Attack on Titan: 2/5


  • DaisukeMeltsMyFace

    I was with you until you said that Eren lost his struggle against the Titans. I know you’re an Ex- English major, so I know that you’re familiar with inner struggle or Man vs. Self. As soon as Eren becomes a titan he’s met with his inability to control his new-found power and has to rip himself from the womb of comfort that envelops him when he is in the titan form. I don’t know about you but I don’t believe that a 5/5 rating means a perfect show, with that said I would give this show a 4/5.

  • $31406939

    Yeah, his main fault with the show seems to be it doesn’t break traditional anime tropes. The world is fantastic and filled with mystery, while the characters are just your typical anime characters.
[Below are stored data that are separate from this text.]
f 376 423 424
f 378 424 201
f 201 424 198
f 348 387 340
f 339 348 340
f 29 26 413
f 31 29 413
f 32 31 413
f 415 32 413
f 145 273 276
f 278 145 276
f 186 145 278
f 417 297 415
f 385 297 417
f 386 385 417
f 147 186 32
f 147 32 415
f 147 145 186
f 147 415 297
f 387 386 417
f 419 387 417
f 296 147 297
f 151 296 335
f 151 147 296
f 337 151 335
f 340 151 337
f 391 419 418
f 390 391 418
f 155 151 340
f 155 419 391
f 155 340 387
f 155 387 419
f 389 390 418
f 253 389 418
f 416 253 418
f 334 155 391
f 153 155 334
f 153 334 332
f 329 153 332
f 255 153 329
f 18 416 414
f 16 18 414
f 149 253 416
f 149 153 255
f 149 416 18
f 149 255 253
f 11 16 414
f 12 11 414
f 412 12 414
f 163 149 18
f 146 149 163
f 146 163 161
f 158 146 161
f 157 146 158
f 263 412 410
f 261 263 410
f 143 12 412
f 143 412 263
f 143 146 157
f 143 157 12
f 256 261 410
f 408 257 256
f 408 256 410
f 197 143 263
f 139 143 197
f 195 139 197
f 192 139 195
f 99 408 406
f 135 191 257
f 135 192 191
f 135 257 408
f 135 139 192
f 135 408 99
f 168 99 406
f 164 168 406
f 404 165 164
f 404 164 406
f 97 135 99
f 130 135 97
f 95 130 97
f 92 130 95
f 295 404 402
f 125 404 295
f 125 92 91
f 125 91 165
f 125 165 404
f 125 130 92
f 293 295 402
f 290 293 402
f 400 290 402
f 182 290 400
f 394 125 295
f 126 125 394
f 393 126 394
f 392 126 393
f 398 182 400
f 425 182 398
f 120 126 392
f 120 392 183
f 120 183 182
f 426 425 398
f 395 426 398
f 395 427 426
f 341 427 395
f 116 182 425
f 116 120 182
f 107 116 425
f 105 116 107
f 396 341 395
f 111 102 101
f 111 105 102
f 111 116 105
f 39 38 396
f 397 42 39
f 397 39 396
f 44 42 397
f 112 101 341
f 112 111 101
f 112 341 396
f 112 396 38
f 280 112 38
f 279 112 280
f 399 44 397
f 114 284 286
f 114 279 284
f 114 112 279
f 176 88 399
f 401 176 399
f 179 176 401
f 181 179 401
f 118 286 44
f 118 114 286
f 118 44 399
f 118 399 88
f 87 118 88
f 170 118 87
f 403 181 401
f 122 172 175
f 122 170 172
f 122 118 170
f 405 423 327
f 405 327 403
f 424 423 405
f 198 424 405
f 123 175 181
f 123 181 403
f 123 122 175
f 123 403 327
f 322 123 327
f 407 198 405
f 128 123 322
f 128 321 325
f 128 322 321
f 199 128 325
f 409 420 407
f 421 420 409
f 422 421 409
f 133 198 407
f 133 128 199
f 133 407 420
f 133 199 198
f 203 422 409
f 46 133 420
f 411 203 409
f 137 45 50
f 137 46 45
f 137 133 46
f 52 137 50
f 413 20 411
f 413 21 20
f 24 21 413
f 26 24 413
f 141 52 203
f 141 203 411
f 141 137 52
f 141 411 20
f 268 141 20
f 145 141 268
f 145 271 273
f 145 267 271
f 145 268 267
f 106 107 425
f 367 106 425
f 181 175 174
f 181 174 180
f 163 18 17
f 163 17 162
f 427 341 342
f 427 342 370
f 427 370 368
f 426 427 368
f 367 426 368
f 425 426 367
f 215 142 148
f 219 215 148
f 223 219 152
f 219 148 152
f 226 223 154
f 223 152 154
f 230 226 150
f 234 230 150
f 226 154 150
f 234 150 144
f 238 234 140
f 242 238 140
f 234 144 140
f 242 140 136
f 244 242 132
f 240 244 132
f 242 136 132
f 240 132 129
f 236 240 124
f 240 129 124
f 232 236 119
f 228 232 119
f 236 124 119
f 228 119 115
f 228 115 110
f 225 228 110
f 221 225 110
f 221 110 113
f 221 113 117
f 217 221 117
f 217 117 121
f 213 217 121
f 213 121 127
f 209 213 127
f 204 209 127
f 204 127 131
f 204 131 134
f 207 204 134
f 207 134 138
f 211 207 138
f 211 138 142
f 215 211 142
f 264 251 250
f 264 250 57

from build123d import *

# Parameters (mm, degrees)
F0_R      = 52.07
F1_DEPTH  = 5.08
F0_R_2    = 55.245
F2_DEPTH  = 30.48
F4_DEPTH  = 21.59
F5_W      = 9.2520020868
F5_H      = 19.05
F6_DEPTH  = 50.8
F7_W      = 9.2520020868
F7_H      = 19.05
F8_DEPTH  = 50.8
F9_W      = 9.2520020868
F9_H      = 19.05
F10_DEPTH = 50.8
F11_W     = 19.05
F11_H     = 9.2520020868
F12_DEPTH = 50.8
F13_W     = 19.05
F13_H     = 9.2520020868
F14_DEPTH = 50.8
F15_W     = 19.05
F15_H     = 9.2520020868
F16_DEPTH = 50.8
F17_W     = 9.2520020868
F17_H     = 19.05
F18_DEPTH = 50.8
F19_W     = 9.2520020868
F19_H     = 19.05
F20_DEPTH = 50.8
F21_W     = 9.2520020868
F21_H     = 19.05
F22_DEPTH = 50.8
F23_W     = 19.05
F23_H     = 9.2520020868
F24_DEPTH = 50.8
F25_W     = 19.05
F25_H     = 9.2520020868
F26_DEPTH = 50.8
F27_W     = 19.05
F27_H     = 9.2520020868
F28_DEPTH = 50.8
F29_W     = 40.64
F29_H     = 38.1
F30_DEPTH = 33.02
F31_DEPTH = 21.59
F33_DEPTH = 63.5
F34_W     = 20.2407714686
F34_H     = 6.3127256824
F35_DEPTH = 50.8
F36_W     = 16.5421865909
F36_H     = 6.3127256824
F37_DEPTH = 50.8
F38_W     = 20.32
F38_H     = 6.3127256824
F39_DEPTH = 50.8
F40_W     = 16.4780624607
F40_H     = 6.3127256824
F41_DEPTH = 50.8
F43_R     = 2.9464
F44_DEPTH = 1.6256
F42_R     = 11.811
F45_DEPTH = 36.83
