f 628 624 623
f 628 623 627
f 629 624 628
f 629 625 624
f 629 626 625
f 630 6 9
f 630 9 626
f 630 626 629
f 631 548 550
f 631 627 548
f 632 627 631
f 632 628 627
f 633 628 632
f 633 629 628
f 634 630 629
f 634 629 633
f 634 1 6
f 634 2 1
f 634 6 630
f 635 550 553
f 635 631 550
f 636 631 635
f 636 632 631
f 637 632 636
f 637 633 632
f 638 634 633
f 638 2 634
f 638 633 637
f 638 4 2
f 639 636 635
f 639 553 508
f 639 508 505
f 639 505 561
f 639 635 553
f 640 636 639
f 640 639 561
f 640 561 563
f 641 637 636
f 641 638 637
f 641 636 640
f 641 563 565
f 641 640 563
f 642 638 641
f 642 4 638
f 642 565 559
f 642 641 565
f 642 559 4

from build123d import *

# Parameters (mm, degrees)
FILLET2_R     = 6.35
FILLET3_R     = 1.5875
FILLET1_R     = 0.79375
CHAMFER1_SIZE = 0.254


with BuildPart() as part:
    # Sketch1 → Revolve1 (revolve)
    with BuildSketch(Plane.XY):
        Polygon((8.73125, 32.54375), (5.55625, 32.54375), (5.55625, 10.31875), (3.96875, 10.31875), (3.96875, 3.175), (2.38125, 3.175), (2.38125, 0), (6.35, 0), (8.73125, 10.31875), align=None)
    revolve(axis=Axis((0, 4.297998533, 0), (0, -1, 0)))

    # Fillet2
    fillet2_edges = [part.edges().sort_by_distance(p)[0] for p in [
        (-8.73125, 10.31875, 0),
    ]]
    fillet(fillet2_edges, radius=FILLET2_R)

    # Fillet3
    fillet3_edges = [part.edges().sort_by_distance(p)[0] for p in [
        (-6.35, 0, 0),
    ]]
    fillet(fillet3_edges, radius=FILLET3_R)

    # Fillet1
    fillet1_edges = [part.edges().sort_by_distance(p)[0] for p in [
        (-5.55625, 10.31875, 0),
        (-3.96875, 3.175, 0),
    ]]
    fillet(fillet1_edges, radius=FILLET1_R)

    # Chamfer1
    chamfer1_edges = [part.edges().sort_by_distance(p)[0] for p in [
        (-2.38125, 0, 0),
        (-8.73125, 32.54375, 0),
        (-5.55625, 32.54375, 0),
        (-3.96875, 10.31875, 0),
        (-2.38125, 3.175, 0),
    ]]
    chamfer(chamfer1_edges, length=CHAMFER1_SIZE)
The story is still unique enough from most other anime that I’ve seen for it to be good. I feel the score is more around 3.5 range.

  • xerostyle

    I’m not an ex-english major. but I’m fully aware of Man v Self. It takes a single episode to show he’s got control over it. The characters are written in such a childish manner, that none of them go through an arc. I mean the entire season ends with nothing being accomplished, and nothing really being learned. The entire arc is “Titans are bad, we don’t know who titans are, but people can be titans.”

  • LunaCySunshine

    You know, I hadn’t really noticed a lot of these details until this article. Very nicely written.